GIVEN ENTRIES:

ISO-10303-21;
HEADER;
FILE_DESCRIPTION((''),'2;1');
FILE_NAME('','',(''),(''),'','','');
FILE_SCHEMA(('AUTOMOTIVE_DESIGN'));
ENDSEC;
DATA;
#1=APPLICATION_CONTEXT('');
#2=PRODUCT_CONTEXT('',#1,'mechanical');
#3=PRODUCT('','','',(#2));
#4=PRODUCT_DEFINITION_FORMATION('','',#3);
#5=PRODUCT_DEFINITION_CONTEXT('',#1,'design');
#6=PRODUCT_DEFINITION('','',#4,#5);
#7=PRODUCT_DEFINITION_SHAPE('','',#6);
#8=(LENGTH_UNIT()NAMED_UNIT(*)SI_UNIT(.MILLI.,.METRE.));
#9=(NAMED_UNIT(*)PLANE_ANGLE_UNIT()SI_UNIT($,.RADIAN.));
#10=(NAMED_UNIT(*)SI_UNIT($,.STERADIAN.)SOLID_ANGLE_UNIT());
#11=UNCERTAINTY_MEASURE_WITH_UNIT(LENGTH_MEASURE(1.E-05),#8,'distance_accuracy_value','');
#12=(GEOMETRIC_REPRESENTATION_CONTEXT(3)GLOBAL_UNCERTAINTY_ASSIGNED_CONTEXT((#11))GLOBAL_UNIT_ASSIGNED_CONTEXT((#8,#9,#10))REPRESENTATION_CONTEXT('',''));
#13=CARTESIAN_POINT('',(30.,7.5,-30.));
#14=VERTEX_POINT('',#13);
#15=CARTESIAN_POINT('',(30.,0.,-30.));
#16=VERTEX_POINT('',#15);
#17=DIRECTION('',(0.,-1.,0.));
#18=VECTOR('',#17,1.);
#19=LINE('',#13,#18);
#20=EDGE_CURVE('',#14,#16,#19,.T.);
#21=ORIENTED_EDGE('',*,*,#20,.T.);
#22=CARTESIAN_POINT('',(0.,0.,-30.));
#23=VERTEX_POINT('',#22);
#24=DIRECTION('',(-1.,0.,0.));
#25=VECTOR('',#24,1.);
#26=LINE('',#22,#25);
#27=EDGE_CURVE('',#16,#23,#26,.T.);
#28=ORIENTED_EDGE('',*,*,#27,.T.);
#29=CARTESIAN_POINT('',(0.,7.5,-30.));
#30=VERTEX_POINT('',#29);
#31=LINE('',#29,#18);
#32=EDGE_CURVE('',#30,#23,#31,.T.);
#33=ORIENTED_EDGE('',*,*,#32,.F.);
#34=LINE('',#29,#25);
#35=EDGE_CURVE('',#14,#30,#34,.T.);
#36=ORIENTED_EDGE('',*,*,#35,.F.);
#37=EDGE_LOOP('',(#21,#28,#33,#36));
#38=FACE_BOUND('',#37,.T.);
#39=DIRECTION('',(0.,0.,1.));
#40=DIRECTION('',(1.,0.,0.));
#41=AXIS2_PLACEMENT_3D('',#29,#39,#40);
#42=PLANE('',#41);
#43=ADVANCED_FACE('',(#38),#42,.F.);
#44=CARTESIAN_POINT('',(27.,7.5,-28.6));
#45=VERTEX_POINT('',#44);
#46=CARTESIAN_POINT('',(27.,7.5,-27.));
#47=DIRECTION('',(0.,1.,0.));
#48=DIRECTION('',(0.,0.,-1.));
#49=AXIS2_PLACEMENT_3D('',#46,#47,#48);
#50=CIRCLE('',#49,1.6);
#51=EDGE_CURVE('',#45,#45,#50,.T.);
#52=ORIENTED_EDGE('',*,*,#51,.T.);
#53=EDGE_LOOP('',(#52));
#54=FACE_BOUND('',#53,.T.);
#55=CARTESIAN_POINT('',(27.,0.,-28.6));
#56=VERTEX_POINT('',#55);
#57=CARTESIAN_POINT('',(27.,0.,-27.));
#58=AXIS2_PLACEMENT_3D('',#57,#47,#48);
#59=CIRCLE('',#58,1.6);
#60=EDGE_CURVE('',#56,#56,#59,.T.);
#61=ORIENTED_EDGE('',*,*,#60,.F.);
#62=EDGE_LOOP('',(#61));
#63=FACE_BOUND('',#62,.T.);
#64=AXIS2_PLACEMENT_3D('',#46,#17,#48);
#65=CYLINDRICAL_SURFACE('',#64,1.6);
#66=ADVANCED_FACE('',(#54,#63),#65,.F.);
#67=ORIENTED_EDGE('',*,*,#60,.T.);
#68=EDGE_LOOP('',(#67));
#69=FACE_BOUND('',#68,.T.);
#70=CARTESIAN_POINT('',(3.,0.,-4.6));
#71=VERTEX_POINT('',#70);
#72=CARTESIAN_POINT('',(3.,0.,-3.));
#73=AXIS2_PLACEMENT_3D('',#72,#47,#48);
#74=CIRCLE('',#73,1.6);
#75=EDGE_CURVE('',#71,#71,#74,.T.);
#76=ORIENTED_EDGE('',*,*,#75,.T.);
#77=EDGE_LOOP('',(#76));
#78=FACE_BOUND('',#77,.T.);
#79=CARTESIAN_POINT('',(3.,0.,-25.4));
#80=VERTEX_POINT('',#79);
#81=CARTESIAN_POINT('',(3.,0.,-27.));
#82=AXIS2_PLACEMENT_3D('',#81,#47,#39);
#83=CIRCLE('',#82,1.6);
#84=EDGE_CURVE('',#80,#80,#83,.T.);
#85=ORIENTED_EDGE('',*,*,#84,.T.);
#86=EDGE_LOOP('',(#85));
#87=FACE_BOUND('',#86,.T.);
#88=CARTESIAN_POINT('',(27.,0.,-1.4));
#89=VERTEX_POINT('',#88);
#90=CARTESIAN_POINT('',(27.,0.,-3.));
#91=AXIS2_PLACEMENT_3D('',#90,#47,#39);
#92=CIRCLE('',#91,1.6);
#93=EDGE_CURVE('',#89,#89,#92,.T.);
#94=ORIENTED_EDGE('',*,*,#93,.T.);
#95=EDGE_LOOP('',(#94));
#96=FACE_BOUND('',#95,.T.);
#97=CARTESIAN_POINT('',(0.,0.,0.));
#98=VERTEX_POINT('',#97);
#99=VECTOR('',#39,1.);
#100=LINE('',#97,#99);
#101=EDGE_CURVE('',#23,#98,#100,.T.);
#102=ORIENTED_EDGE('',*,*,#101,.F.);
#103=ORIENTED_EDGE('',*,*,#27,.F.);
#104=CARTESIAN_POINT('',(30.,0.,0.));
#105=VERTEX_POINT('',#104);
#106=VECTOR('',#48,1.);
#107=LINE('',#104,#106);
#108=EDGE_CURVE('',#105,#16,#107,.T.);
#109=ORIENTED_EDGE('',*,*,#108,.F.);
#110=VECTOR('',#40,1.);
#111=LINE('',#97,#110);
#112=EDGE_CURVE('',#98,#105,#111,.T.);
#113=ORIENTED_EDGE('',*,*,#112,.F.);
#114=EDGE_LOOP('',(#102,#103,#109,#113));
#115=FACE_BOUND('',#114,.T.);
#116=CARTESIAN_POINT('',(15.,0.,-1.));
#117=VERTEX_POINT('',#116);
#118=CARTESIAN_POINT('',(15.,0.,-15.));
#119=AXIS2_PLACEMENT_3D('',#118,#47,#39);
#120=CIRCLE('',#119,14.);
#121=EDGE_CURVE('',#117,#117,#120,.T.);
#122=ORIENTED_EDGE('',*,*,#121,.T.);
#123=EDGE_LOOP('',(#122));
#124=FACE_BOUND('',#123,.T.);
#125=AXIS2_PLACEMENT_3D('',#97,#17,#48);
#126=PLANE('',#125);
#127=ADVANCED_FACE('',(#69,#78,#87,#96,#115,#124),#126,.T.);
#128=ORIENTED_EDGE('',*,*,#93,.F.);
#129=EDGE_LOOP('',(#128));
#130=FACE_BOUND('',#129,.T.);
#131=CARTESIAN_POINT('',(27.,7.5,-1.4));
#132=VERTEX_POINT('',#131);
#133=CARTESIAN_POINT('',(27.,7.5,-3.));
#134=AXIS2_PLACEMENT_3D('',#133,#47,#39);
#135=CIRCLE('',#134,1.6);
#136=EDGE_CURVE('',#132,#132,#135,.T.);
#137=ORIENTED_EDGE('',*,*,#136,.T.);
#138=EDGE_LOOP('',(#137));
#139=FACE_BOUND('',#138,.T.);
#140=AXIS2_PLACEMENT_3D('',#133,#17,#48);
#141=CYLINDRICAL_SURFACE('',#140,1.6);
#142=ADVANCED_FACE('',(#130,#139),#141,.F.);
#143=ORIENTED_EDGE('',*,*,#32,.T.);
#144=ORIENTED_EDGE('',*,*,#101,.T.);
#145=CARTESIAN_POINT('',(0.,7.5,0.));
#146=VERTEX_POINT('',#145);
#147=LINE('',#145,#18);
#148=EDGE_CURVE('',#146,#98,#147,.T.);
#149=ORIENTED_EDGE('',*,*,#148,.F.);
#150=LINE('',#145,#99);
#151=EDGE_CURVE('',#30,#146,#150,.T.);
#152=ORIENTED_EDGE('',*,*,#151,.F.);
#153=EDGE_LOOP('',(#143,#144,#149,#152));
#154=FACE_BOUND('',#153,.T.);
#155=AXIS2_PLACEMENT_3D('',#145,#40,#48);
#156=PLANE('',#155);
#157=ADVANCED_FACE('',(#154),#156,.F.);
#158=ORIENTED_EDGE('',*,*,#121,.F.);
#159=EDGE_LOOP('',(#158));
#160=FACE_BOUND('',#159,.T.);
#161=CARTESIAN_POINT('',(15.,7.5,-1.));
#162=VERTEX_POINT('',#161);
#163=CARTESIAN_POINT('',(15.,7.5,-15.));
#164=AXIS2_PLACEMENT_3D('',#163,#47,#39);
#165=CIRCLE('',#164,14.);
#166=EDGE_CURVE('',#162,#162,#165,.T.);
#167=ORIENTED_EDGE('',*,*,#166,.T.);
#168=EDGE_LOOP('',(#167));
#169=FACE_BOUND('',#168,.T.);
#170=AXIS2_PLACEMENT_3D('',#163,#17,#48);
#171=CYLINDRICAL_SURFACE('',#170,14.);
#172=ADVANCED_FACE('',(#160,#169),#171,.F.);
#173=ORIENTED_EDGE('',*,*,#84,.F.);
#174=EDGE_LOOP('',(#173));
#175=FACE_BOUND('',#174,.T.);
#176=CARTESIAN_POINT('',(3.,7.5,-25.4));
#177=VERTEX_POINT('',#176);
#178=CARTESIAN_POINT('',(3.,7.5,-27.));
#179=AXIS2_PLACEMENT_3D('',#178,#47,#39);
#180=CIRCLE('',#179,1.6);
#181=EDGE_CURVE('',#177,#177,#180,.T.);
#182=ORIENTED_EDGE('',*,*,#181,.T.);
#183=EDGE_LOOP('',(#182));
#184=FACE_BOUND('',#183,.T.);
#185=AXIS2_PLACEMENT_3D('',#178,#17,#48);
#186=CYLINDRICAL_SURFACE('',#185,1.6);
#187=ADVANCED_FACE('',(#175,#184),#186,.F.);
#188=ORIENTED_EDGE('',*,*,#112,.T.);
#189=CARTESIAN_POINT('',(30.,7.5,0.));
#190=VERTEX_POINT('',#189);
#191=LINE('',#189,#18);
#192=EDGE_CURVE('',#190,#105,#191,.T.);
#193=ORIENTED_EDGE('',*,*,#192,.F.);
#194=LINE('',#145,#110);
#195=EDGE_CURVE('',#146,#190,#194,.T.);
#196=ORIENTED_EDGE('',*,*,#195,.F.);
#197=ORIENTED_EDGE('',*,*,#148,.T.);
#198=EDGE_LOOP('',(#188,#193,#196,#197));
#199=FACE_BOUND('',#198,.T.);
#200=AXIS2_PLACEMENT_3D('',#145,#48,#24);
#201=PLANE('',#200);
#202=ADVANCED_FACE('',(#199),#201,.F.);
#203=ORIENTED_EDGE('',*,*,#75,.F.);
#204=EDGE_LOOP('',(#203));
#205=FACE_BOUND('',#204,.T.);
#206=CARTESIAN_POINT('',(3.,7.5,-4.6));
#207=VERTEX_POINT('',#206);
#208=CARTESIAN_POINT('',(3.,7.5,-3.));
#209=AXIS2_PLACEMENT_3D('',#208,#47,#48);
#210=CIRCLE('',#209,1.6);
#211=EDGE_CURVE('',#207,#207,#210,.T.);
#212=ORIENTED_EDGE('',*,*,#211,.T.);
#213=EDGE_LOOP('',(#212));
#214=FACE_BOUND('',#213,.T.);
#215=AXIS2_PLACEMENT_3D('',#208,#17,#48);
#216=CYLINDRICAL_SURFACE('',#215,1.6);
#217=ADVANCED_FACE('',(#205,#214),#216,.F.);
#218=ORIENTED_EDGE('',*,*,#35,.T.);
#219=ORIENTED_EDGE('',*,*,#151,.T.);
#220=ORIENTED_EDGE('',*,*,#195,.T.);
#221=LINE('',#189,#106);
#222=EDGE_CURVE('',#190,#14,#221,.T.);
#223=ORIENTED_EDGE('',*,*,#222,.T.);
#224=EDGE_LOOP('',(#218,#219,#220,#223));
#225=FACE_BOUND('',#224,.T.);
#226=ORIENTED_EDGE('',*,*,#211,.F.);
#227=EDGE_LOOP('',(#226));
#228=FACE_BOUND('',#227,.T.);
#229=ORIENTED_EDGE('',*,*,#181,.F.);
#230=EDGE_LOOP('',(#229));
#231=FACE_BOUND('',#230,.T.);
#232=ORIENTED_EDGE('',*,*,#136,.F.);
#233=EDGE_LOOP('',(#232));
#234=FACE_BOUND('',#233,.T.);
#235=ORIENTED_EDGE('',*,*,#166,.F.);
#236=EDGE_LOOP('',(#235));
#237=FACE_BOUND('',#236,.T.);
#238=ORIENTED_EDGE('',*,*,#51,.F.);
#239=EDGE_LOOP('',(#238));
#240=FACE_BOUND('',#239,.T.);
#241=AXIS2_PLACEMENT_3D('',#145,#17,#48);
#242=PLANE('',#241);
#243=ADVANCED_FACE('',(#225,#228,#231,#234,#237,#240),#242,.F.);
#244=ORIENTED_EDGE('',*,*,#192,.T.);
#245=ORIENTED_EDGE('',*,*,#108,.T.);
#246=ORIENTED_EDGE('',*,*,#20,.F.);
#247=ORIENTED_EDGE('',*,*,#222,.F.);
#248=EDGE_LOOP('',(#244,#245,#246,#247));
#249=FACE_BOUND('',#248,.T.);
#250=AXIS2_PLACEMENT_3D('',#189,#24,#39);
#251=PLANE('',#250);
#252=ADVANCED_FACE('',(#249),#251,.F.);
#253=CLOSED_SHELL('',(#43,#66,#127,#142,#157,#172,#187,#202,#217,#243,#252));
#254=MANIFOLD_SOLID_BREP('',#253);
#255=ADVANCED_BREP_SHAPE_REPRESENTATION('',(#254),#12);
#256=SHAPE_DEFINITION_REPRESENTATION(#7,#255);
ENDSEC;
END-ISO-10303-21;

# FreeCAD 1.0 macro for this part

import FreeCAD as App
import Part
import Sketcher
Q = App.Units.Quantity


def add_polygon(sketch, points):
    """Adds a closed chain of lines whose ends are joined by coincident constraints."""
    first, n = sketch.GeometryCount, len(points)
    for a, b in zip(points, points[1:] + points[:1]):
        sketch.addGeometry(Part.LineSegment(App.Vector(*a, 0), App.Vector(*b, 0)), False)
    for i in range(n):
        sketch.addConstraint(Sketcher.Constraint("Coincident", first + i, 2, first + (i + 1) % n, 1))

doc = App.newDocument("Part")
body = doc.addObject("PartDesign::Body", "Body")

# Sketch on XZ plane
sketch1 = body.newObject("Sketcher::SketchObject", "Sketch")
sketch1.AttachmentSupport = (doc.getObject("XZ_Plane"), [""])
sketch1.MapMode = "FlatFace"
add_polygon(sketch1, [(0, -30), (0, 0), (30, 0), (30, -30)])  # lines 0-3
sketch1.addGeometry(Part.Circle(App.Vector(3, -3, 0), App.Vector(0, 0, 1), 1.6), False)  # 4
sketch1.addGeometry(Part.Circle(App.Vector(27, -3, 0), App.Vector(0, 0, 1), 1.6), False)  # 5
sketch1.addGeometry(Part.Circle(App.Vector(3, -27, 0), App.Vector(0, 0, 1), 1.6), False)  # 6
sketch1.addGeometry(Part.Circle(App.Vector(15, -15, 0), App.Vector(0, 0, 1), 14), False)  # 7
sketch1.addGeometry(Part.Circle(App.Vector(27, -27, 0), App.Vector(0, 0, 1), 1.6), False)  # 8
sketch1.addConstraint([
    Sketcher.Constraint("Vertical", 0),
    Sketcher.Constraint("Horizontal", 1),
    Sketcher.Constraint("Vertical", 2),
    Sketcher.Constraint("Horizontal", 3),
    Sketcher.Constraint("Coincident", 0, 2, -1, 1),
    Sketcher.Constraint("Equal", 4, 5),
    Sketcher.Constraint("Equal", 5, 6),
    Sketcher.Constraint("Equal", 6, 8),
    Sketcher.Constraint("Horizontal", 4, 3, 5, 3),
    Sketcher.Constraint("Horizontal", 6, 3, 8, 3),
    Sketcher.Constraint("Vertical", 4, 3, 6, 3),
    Sketcher.Constraint("Vertical", 5, 3, 8, 3),
    Sketcher.Constraint("Equal", 3, 0),
    Sketcher.Constraint("Diameter", 7, Q("28 mm")),
    Sketcher.Constraint("Diameter", 4, Q("3.2 mm")),
    Sketcher.Constraint("DistanceX", 1, 1, 1, 2, Q("30 mm")),
    Sketcher.Constraint("DistanceX", -1, 1, 4, 3, Q("3 mm")),
    Sketcher.Constraint("DistanceY", 4, 3, -1, 1, Q("3 mm")),
    Sketcher.Constraint("DistanceX", -1, 1, 5, 3, Q("27 mm")),
    Sketcher.Constraint("DistanceY", 6, 3, -1, 1, Q("27 mm")),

WHAT YOU WILL DO:
What you return must be the lines above that run from the line with "#198=EDGE_LOOP('',(#188,#193,#196,#197));" to the line with "# FreeCAD 1.0 macro for this part", inclusive, each copied exactly.

RESULT OF THE TASK:
#198=EDGE_LOOP('',(#188,#193,#196,#197));
#199=FACE_BOUND('',#198,.T.);
#200=AXIS2_PLACEMENT_3D('',#145,#48,#24);
#201=PLANE('',#200);
#202=ADVANCED_FACE('',(#199),#201,.F.);
#203=ORIENTED_EDGE('',*,*,#75,.F.);
#204=EDGE_LOOP('',(#203));
#205=FACE_BOUND('',#204,.T.);
#206=CARTESIAN_POINT('',(3.,7.5,-4.6));
#207=VERTEX_POINT('',#206);
#208=CARTESIAN_POINT('',(3.,7.5,-3.));
#209=AXIS2_PLACEMENT_3D('',#208,#47,#48);
#210=CIRCLE('',#209,1.6);
#211=EDGE_CURVE('',#207,#207,#210,.T.);
#212=ORIENTED_EDGE('',*,*,#211,.T.);
#213=EDGE_LOOP('',(#212));
#214=FACE_BOUND('',#213,.T.);
#215=AXIS2_PLACEMENT_3D('',#208,#17,#48);
#216=CYLINDRICAL_SURFACE('',#215,1.6);
#217=ADVANCED_FACE('',(#205,#214),#216,.F.);
#218=ORIENTED_EDGE('',*,*,#35,.T.);
#219=ORIENTED_EDGE('',*,*,#151,.T.);
#220=ORIENTED_EDGE('',*,*,#195,.T.);
#221=LINE('',#189,#106);
#222=EDGE_CURVE('',#190,#14,#221,.T.);
#223=ORIENTED_EDGE('',*,*,#222,.T.);
#224=EDGE_LOOP('',(#218,#219,#220,#223));
#225=FACE_BOUND('',#224,.T.);
#226=ORIENTED_EDGE('',*,*,#211,.F.);
#227=EDGE_LOOP('',(#226));
#228=FACE_BOUND('',#227,.T.);
#229=ORIENTED_EDGE('',*,*,#181,.F.);
#230=EDGE_LOOP('',(#229));
#231=FACE_BOUND('',#230,.T.);
#232=ORIENTED_EDGE('',*,*,#136,.F.);
#233=EDGE_LOOP('',(#232));
#234=FACE_BOUND('',#233,.T.);
#235=ORIENTED_EDGE('',*,*,#166,.F.);
#236=EDGE_LOOP('',(#235));
#237=FACE_BOUND('',#236,.T.);
#238=ORIENTED_EDGE('',*,*,#51,.F.);
#239=EDGE_LOOP('',(#238));
#240=FACE_BOUND('',#239,.T.);
#241=AXIS2_PLACEMENT_3D('',#145,#17,#48);
#242=PLANE('',#241);
#243=ADVANCED_FACE('',(#225,#228,#231,#234,#237,#240),#242,.F.);
#244=ORIENTED_EDGE('',*,*,#192,.T.);
#245=ORIENTED_EDGE('',*,*,#108,.T.);
#246=ORIENTED_EDGE('',*,*,#20,.F.);
#247=ORIENTED_EDGE('',*,*,#222,.F.);
#248=EDGE_LOOP('',(#244,#245,#246,#247));
#249=FACE_BOUND('',#248,.T.);
#250=AXIS2_PLACEMENT_3D('',#189,#24,#39);
#251=PLANE('',#250);
#252=ADVANCED_FACE('',(#249),#251,.F.);
#253=CLOSED_SHELL('',(#43,#66,#127,#142,#157,#172,#187,#202,#217,#243,#252));
#254=MANIFOLD_SOLID_BREP('',#253);
#255=ADVANCED_BREP_SHAPE_REPRESENTATION('',(#254),#12);
#256=SHAPE_DEFINITION_REPRESENTATION(#7,#255);
ENDSEC;
END-ISO-10303-21;

# FreeCAD 1.0 macro for this part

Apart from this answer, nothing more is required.